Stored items

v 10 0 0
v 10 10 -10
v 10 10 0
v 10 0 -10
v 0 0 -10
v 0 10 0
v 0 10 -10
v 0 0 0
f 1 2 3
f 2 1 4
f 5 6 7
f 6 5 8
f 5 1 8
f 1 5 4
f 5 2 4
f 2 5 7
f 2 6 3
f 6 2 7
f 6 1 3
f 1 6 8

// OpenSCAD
// Failure class 3: rotation about the wrong axis
// The intent is to rotate 90 degrees about the Z-axis (spinning the shape
// in the XY plane), but the code rotates about the Y-axis instead, tilting
// the shape into the XZ plane.
rotate([0, 90, 0])
cube([10, 10, 10]);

● **EXERCISE REQUIREMENTS**:
The line containing "v 10 10 -10" marks where to begin; copy it and every later line exactly, through the end of the data.

● **SOLUTION TO THIS TASK**:
v 10 10 -10
v 10 10 0
v 10 0 -10
v 0 0 -10
v 0 10 0
v 0 10 -10
v 0 0 0
f 1 2 3
f 2 1 4
f 5 6 7
f 6 5 8
f 5 1 8
f 1 5 4
f 5 2 4
f 2 5 7
f 2 6 3
f 6 2 7
f 6 1 3
f 1 6 8

// OpenSCAD
// Failure class 3: rotation about the wrong axis
// The intent is to rotate 90 degrees about the Z-axis (spinning the shape
// in the XY plane), but the code rotates about the Y-axis instead, tilting
// the shape into the XZ plane.
rotate([0, 90, 0])
cube([10, 10, 10]);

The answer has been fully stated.